• PROBLEM REQUIREMENTS
Word for word, restate the lines from the start of the data below through the line containing "Rebuilt in FreeCAD, every".
Segment Start: MATERIAL FOR THIS TASK
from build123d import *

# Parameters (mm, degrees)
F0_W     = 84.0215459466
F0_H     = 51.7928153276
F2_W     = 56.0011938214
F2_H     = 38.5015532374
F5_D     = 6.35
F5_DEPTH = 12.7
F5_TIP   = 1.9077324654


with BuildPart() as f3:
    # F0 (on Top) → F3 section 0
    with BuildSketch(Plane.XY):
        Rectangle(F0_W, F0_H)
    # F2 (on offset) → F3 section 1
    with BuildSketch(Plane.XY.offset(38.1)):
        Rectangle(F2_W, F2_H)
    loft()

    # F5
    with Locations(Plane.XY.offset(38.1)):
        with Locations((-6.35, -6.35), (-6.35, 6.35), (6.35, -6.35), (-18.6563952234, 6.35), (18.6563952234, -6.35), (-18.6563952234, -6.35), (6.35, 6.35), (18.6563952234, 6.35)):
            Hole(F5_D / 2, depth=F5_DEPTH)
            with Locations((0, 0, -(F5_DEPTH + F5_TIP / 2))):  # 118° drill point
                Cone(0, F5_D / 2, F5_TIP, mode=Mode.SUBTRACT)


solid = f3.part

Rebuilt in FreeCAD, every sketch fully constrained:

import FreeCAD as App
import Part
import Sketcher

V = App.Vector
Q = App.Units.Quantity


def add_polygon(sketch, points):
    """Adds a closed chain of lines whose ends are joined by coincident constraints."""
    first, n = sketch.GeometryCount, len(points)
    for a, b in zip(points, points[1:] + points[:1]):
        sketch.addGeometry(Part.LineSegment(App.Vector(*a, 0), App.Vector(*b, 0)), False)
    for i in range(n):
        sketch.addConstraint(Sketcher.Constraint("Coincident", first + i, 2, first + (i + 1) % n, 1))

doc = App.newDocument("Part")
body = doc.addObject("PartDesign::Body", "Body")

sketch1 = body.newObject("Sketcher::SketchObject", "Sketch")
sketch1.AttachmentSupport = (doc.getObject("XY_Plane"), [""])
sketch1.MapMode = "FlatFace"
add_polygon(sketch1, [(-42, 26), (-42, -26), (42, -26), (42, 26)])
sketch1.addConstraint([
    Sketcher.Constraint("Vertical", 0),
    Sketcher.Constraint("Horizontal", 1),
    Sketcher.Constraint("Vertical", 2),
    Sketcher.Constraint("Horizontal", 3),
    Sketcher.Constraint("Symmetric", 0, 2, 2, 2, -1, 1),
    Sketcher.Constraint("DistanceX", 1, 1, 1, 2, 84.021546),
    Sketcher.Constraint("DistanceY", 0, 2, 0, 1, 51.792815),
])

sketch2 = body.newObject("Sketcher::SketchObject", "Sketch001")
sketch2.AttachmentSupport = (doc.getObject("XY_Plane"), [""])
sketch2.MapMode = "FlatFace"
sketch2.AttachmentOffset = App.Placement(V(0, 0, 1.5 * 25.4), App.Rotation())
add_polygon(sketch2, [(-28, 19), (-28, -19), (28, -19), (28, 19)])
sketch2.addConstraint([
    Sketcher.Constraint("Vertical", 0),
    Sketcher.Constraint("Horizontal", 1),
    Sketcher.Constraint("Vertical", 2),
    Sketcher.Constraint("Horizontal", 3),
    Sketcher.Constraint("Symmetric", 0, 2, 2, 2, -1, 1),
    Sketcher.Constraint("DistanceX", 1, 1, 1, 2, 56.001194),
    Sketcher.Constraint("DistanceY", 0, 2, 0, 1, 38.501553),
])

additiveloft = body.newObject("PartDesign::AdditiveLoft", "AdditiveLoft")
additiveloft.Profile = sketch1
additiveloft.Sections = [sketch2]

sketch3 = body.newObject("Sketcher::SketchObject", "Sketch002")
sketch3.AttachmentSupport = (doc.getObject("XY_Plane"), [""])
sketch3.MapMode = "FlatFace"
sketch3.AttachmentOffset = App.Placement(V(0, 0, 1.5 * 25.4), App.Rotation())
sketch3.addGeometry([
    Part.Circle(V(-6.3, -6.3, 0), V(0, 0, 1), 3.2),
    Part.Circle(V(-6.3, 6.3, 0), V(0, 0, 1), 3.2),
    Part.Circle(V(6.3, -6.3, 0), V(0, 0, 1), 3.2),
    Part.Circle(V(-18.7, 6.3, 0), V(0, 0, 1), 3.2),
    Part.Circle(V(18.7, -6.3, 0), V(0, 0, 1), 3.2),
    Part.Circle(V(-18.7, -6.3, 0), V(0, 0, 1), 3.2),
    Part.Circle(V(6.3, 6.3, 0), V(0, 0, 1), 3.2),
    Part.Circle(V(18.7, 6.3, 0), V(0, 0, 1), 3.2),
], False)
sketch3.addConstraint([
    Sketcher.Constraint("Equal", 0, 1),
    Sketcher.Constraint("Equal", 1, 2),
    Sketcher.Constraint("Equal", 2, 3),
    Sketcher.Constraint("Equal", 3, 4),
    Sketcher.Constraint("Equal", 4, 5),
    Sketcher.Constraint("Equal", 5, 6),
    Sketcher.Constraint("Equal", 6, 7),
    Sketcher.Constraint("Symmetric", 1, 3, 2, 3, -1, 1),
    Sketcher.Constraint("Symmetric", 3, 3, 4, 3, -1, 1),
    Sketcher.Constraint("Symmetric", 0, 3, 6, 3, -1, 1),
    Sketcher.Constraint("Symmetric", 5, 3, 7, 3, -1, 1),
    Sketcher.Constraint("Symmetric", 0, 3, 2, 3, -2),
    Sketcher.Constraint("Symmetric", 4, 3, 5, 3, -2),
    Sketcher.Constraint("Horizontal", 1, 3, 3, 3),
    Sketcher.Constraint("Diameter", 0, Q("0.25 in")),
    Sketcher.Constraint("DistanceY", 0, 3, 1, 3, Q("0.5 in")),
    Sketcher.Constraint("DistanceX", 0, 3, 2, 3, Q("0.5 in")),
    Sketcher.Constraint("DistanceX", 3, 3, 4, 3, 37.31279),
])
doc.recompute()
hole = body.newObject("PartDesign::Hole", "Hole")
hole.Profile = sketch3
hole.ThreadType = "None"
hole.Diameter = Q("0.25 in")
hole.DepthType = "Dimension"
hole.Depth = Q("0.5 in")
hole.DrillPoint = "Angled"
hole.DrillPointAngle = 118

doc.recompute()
Segment End: MATERIAL FOR THIS TASK
• FINISHED EXERCISE
from build123d import *

# Parameters (mm, degrees)
F0_W     = 84.0215459466
F0_H     = 51.7928153276
F2_W     = 56.0011938214
F2_H     = 38.5015532374
F5_D     = 6.35
F5_DEPTH = 12.7
F5_TIP   = 1.9077324654


with BuildPart() as f3:
    # F0 (on Top) → F3 section 0
    with BuildSketch(Plane.XY):
        Rectangle(F0_W, F0_H)
    # F2 (on offset) → F3 section 1
    with BuildSketch(Plane.XY.offset(38.1)):
        Rectangle(F2_W, F2_H)
    loft()

    # F5
    with Locations(Plane.XY.offset(38.1)):
        with Locations((-6.35, -6.35), (-6.35, 6.35), (6.35, -6.35), (-18.6563952234, 6.35), (18.6563952234, -6.35), (-18.6563952234, -6.35), (6.35, 6.35), (18.6563952234, 6.35)):
            Hole(F5_D / 2, depth=F5_DEPTH)
            with Locations((0, 0, -(F5_DEPTH + F5_TIP / 2))):  # 118° drill point
                Cone(0, F5_D / 2, F5_TIP, mode=Mode.SUBTRACT)


solid = f3.part

Rebuilt in FreeCAD, every sketch fully constrained:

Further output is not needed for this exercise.